Your assignment: Copy each line in the data below that contains the word "first".

Provided records:

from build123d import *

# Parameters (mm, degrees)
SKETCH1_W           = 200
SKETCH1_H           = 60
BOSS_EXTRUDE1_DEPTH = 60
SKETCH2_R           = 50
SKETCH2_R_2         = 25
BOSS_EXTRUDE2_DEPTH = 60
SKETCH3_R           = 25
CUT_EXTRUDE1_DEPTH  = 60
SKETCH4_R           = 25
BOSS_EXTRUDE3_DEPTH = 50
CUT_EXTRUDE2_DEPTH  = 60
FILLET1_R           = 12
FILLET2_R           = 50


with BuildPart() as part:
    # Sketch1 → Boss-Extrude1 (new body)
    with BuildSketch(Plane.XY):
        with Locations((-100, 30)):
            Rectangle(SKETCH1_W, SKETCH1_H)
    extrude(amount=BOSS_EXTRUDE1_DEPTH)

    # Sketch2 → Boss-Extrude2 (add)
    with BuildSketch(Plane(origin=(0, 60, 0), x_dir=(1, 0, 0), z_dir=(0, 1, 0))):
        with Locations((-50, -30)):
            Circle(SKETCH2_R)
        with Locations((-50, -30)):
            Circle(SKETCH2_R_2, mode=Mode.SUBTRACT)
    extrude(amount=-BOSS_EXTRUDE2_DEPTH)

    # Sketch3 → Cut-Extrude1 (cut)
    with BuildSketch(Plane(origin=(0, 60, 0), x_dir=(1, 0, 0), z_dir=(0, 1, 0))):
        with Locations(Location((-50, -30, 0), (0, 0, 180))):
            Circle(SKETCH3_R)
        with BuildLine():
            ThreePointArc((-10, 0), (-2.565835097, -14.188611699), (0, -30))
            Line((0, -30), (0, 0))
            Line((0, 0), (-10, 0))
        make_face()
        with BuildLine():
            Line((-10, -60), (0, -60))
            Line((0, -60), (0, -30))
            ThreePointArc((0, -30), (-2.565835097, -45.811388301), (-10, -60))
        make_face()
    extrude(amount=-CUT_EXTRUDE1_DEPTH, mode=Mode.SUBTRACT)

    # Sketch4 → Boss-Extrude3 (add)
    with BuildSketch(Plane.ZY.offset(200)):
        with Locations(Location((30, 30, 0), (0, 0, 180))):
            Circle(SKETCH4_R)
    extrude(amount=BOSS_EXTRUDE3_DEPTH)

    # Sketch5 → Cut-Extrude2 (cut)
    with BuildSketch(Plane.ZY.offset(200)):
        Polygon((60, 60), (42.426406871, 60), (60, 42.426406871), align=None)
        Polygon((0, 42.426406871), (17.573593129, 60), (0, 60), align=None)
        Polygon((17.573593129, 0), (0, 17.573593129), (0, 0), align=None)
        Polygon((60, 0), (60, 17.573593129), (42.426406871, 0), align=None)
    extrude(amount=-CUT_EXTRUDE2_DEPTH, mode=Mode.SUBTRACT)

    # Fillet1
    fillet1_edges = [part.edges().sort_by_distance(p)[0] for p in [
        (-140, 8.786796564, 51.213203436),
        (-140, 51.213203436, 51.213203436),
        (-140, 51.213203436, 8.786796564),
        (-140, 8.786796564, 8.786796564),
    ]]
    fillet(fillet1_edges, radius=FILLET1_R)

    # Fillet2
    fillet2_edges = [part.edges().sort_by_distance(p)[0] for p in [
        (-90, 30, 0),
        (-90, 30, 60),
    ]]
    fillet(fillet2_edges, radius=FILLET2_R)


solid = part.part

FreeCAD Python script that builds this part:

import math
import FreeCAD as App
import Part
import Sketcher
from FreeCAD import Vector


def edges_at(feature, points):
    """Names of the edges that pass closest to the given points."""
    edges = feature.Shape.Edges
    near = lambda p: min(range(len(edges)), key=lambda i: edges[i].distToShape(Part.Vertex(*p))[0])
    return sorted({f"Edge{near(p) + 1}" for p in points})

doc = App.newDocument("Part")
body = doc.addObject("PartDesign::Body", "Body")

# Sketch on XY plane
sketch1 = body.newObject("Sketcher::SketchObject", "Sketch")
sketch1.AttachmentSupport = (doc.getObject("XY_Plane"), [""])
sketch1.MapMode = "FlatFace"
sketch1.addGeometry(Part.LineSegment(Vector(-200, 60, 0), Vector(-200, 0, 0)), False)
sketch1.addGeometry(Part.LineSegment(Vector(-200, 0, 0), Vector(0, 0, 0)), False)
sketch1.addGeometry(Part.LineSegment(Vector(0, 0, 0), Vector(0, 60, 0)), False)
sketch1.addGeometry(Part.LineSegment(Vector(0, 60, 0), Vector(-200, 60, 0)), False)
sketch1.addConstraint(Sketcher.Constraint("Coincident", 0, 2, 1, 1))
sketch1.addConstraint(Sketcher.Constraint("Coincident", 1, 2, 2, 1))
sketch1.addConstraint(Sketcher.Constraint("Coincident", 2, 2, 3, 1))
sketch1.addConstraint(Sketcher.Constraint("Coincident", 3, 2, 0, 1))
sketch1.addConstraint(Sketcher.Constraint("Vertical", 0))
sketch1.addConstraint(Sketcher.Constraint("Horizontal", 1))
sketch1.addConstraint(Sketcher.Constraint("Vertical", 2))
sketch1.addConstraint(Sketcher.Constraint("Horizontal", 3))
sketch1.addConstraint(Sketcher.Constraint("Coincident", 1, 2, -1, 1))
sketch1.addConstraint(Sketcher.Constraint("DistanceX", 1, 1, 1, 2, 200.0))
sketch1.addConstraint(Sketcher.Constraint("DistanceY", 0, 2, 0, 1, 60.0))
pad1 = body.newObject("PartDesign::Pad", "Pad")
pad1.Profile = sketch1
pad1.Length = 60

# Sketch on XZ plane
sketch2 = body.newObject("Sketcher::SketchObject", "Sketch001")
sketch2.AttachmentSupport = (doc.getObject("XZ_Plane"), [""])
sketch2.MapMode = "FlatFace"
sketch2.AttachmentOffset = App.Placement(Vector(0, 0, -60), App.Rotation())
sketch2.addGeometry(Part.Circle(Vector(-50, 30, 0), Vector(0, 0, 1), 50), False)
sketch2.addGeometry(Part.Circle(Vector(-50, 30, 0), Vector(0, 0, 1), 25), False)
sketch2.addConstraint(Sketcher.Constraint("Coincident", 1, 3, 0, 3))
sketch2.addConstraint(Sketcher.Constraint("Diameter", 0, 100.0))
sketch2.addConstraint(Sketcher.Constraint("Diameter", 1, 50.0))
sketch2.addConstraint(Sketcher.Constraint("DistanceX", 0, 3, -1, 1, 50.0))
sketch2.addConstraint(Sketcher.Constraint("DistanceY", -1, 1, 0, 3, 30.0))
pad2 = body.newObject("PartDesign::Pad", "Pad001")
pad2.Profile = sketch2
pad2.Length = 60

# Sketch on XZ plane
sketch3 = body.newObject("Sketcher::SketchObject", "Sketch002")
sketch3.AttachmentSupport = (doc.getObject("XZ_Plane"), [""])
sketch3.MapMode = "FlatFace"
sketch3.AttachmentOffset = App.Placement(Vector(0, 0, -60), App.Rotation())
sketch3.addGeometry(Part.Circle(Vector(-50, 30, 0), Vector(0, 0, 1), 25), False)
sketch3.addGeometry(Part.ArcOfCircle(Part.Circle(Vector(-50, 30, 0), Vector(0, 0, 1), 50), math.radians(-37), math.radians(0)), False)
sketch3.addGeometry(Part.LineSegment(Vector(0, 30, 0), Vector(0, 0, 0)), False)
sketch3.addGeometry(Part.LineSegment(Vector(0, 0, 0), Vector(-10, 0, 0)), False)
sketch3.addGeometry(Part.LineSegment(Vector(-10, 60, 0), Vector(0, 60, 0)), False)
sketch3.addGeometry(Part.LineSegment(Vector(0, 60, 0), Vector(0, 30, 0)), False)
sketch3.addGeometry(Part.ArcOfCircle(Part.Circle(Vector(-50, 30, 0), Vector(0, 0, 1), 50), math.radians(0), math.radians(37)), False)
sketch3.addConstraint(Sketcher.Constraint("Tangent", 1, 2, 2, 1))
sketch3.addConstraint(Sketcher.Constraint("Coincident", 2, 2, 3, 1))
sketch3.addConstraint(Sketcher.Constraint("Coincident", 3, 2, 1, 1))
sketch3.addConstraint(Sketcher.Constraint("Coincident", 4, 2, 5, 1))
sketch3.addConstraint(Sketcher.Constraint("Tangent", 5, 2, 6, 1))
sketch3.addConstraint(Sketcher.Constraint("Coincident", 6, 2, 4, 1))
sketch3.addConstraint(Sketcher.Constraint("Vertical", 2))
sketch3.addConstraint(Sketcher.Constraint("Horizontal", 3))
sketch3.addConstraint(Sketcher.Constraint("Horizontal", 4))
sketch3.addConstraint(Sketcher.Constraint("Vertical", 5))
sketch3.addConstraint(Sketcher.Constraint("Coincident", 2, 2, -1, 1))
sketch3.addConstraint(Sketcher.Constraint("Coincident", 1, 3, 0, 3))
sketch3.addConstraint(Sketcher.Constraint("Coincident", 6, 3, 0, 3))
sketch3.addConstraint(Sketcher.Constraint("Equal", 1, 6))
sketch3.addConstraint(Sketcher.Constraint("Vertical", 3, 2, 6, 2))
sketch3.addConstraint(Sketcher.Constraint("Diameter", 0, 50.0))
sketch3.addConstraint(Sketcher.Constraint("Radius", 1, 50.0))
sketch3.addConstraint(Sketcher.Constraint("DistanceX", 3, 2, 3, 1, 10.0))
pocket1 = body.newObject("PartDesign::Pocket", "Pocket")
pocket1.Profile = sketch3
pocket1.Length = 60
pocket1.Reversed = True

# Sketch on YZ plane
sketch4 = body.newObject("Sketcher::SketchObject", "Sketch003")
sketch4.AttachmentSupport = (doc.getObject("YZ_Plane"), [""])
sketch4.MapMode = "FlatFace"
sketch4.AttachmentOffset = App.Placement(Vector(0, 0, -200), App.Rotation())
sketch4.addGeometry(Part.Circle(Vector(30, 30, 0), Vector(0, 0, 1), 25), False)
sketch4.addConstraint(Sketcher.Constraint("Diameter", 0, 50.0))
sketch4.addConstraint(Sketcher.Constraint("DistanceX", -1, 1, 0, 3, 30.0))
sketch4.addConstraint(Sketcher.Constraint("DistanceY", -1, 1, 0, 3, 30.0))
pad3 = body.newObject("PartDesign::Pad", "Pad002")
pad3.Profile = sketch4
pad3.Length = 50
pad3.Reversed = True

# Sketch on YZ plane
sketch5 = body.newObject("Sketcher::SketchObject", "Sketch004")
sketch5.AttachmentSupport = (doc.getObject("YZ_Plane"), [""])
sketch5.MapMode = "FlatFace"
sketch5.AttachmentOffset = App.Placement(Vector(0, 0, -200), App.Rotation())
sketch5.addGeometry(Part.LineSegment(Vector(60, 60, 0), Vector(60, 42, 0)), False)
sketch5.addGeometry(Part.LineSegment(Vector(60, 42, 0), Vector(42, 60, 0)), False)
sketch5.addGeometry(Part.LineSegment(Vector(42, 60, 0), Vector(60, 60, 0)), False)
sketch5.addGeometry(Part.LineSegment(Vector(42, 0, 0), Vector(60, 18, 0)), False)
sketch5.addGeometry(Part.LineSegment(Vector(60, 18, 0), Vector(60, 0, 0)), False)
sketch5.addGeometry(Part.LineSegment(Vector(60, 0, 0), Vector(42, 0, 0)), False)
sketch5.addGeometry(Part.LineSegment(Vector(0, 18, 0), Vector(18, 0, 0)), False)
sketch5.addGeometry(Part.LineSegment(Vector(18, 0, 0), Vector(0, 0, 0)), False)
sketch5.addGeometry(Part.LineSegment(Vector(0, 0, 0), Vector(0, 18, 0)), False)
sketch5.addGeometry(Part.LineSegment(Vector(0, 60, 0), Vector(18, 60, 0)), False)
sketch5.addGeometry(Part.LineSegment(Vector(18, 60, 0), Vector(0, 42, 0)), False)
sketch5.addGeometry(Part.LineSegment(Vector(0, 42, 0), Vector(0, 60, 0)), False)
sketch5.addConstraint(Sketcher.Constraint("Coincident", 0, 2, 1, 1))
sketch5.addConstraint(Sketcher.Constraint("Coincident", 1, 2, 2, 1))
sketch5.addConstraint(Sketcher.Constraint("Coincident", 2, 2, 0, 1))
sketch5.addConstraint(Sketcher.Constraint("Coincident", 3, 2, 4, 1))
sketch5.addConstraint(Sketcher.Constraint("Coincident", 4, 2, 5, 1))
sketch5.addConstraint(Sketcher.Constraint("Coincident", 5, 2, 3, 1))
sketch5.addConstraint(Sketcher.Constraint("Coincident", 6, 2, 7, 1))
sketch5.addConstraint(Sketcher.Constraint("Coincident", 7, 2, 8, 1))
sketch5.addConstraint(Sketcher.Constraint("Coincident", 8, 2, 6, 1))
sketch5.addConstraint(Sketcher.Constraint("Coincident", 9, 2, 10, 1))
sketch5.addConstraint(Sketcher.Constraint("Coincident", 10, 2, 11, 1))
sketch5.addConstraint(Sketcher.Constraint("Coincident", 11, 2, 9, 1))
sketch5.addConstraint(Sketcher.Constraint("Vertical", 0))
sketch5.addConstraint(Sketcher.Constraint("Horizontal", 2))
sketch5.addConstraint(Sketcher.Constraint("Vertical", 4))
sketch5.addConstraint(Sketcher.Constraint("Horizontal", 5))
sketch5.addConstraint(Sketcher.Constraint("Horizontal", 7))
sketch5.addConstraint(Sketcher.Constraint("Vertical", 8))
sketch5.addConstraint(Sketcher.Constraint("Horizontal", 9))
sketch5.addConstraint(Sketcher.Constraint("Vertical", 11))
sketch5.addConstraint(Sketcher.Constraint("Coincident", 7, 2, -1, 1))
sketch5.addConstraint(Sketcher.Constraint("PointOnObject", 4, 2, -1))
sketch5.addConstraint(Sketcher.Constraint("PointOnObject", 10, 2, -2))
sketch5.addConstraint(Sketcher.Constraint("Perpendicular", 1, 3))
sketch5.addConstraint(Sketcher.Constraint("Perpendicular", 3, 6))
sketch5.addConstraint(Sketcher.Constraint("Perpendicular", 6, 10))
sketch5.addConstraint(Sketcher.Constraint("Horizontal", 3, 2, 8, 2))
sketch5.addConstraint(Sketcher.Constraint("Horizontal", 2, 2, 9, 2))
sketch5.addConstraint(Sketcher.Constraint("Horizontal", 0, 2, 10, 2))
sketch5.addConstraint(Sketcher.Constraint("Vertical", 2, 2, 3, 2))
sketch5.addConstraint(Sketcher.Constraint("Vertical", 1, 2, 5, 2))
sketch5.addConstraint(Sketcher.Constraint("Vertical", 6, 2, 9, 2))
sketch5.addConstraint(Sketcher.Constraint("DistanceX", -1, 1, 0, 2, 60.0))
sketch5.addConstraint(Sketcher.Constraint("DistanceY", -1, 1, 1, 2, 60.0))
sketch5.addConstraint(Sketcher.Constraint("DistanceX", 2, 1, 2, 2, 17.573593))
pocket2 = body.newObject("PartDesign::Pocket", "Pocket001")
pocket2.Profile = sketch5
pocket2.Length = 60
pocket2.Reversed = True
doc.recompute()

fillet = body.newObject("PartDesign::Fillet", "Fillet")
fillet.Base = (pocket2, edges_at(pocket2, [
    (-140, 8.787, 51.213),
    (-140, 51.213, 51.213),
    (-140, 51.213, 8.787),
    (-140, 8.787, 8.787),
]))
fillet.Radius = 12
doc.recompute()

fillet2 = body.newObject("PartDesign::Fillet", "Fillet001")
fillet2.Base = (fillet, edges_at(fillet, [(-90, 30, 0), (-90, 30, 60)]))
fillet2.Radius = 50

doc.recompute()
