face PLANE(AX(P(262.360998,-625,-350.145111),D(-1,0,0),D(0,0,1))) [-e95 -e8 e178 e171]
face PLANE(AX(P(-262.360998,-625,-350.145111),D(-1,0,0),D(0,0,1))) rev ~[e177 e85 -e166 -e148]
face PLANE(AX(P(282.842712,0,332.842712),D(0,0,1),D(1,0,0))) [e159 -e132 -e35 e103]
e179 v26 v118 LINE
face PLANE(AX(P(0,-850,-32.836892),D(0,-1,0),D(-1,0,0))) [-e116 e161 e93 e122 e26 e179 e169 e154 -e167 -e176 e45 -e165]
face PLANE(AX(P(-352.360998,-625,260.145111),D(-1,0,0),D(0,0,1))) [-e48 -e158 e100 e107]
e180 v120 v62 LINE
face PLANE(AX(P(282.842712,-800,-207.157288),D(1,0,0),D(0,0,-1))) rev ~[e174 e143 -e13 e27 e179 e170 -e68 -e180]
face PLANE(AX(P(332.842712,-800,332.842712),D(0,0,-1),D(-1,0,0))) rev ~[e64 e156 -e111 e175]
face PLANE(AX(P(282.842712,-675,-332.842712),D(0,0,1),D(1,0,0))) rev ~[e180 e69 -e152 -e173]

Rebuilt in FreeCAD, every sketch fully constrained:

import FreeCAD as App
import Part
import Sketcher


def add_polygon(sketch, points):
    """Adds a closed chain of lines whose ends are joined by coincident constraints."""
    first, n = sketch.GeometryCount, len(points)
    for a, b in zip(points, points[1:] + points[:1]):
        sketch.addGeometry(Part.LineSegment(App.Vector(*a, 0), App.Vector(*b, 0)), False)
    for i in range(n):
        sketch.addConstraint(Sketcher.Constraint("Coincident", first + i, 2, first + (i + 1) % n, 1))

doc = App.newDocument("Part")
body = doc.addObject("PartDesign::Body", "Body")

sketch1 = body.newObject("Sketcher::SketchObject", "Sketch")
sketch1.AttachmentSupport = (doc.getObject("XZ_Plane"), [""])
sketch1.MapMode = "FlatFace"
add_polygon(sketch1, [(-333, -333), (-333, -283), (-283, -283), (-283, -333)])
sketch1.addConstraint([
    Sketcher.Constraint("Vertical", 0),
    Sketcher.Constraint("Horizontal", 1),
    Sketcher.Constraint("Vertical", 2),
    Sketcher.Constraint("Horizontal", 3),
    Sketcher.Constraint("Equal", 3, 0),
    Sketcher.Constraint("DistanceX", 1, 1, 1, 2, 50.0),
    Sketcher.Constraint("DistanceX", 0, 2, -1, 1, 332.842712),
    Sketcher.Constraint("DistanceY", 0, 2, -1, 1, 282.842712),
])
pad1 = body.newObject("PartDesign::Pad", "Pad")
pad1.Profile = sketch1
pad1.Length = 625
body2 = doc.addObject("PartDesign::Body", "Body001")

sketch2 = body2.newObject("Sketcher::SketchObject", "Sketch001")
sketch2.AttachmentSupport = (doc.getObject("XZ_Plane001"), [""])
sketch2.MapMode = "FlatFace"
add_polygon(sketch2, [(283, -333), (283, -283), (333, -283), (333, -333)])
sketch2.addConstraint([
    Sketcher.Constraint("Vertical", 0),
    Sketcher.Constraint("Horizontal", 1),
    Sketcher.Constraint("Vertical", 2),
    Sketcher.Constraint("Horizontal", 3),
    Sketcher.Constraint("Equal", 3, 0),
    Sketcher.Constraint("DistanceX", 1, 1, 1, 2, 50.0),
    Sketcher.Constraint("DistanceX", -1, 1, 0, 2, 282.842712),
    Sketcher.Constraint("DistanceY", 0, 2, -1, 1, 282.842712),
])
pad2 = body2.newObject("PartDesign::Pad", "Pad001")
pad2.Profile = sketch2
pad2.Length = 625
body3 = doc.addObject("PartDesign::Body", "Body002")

Your response:
    first, n = sketch.GeometryCount, len(points)
        sketch.addConstraint(Sketcher.Constraint("Coincident", first + i, 2, first + (i + 1) % n, 1))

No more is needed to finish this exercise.